● Problem description
The entries below contain a line with "#100=CYLINDRICAL_SURFACE('',#18,2.5);" and a line with "#114=CLOSED_SHELL('',(#34,#59,#78,#91,#101,#113));". Quote exactly those two lines and all lines between them.

● Material for this exercise
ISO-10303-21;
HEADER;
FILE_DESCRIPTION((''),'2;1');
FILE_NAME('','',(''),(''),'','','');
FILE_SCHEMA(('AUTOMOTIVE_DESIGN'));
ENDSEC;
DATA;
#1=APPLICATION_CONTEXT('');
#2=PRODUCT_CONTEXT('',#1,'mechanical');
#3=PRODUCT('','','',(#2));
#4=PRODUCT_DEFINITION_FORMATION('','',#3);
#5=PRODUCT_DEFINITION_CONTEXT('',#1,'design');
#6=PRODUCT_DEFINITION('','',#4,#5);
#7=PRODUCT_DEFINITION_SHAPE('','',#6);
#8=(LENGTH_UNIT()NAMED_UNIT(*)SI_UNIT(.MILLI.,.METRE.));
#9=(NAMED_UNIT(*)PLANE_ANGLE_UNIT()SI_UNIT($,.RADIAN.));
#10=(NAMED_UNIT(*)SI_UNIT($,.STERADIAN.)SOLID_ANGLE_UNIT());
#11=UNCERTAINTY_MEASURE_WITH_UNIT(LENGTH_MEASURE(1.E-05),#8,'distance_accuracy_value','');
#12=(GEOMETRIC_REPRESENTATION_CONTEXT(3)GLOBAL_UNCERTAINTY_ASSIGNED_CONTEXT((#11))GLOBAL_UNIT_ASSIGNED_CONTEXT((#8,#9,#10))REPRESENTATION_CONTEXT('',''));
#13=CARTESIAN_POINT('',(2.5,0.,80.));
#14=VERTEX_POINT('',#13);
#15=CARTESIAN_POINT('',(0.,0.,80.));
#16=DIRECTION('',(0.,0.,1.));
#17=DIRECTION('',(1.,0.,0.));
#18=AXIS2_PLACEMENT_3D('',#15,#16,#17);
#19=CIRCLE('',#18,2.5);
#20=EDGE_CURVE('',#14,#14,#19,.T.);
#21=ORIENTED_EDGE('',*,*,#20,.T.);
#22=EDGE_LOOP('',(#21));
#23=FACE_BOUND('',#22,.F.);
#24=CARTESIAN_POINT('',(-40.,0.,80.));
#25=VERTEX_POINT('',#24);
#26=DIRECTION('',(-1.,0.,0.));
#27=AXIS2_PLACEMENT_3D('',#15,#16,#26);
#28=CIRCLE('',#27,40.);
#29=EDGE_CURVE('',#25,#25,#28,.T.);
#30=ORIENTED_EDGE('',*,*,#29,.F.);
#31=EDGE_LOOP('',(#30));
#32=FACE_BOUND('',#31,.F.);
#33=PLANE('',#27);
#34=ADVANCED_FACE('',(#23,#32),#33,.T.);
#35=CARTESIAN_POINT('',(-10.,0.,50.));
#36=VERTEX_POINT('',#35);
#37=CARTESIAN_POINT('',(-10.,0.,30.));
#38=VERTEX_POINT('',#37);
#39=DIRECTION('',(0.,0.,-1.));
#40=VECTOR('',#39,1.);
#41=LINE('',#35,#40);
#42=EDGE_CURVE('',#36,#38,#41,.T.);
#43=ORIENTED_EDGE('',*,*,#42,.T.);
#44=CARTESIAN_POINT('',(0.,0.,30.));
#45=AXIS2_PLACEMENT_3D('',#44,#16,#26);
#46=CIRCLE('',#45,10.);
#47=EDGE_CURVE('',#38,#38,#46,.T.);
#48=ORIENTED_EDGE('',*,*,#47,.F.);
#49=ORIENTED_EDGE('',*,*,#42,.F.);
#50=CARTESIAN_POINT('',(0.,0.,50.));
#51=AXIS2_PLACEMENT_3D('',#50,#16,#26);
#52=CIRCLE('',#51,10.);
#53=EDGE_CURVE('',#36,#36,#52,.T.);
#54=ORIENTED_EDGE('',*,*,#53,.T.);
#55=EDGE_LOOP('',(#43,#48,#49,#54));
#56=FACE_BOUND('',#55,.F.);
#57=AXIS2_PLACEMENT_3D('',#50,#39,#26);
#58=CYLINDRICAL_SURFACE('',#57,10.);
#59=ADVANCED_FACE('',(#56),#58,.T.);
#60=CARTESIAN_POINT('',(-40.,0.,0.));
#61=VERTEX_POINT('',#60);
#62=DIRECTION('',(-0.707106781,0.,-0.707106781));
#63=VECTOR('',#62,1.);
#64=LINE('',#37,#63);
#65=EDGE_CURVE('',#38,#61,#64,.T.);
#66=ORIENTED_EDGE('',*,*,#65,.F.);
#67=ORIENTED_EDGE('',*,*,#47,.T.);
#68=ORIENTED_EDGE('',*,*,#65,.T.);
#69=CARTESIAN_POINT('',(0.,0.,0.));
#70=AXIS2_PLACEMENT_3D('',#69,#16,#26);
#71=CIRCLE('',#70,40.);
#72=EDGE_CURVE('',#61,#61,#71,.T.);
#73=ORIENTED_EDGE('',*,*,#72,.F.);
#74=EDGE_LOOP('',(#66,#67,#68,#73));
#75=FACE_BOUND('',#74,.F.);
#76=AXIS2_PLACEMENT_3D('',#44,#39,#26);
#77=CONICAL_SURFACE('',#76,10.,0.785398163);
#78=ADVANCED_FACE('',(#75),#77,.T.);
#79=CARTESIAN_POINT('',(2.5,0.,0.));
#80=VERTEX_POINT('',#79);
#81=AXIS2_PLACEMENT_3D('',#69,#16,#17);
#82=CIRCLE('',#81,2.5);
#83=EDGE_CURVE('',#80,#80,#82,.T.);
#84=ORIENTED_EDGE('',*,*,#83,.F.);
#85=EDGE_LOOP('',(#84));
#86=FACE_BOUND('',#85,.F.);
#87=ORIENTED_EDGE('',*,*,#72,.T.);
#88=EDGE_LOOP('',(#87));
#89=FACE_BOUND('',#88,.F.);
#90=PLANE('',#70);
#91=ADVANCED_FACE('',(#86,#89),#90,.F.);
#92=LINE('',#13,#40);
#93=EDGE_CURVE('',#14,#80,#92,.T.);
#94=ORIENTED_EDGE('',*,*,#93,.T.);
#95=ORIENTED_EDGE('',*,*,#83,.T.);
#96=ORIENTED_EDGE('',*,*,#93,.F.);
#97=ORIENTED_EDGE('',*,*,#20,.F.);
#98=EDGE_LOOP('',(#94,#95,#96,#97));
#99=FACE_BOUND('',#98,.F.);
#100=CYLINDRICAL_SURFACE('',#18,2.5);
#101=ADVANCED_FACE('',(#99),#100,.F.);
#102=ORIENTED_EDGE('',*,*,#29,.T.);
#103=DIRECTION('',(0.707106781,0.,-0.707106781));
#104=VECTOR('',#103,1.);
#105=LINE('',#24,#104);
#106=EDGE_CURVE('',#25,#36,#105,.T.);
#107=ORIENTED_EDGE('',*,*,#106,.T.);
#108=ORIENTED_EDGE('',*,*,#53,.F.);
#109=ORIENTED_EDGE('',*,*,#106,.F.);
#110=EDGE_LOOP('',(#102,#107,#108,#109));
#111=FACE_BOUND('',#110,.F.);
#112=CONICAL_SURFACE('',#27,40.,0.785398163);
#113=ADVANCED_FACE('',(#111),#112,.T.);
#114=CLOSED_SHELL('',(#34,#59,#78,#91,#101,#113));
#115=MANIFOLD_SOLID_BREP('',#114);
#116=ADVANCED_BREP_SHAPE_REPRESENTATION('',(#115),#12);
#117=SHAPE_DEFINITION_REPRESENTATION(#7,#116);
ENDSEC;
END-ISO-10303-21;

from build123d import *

# Parameters (mm, degrees)
F2_R     = 2.5
F3_DEPTH = 80


with BuildPart() as f1:
    # F0 (on Front) → F1 (revolve)
    with BuildSketch(Plane.XZ):
        Polygon((-40, 0), (0, 0), (0, 80), (-40, 80), (-10, 50), (-10, 30), align=None)
    revolve(axis=Axis((0, 0, 40), (0, 0, 1)))

    # F2 (on face) → F3 (cut, through all)
    with BuildSketch(Plane.XY.offset(80)):
        Circle(F2_R)
    extrude(amount=-F3_DEPTH, mode=Mode.SUBTRACT)


solid = f1.part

● Reply to the task
#100=CYLINDRICAL_SURFACE('',#18,2.5);
#101=ADVANCED_FACE('',(#99),#100,.F.);
#102=ORIENTED_EDGE('',*,*,#29,.T.);
#103=DIRECTION('',(0.707106781,0.,-0.707106781));
#104=VECTOR('',#103,1.);
#105=LINE('',#24,#104);
#106=EDGE_CURVE('',#25,#36,#105,.T.);
#107=ORIENTED_EDGE('',*,*,#106,.T.);
#108=ORIENTED_EDGE('',*,*,#53,.F.);
#109=ORIENTED_EDGE('',*,*,#106,.F.);
#110=EDGE_LOOP('',(#102,#107,#108,#109));
#111=FACE_BOUND('',#110,.F.);
#112=CONICAL_SURFACE('',#27,40.,0.785398163);
#113=ADVANCED_FACE('',(#111),#112,.T.);
#114=CLOSED_SHELL('',(#34,#59,#78,#91,#101,#113));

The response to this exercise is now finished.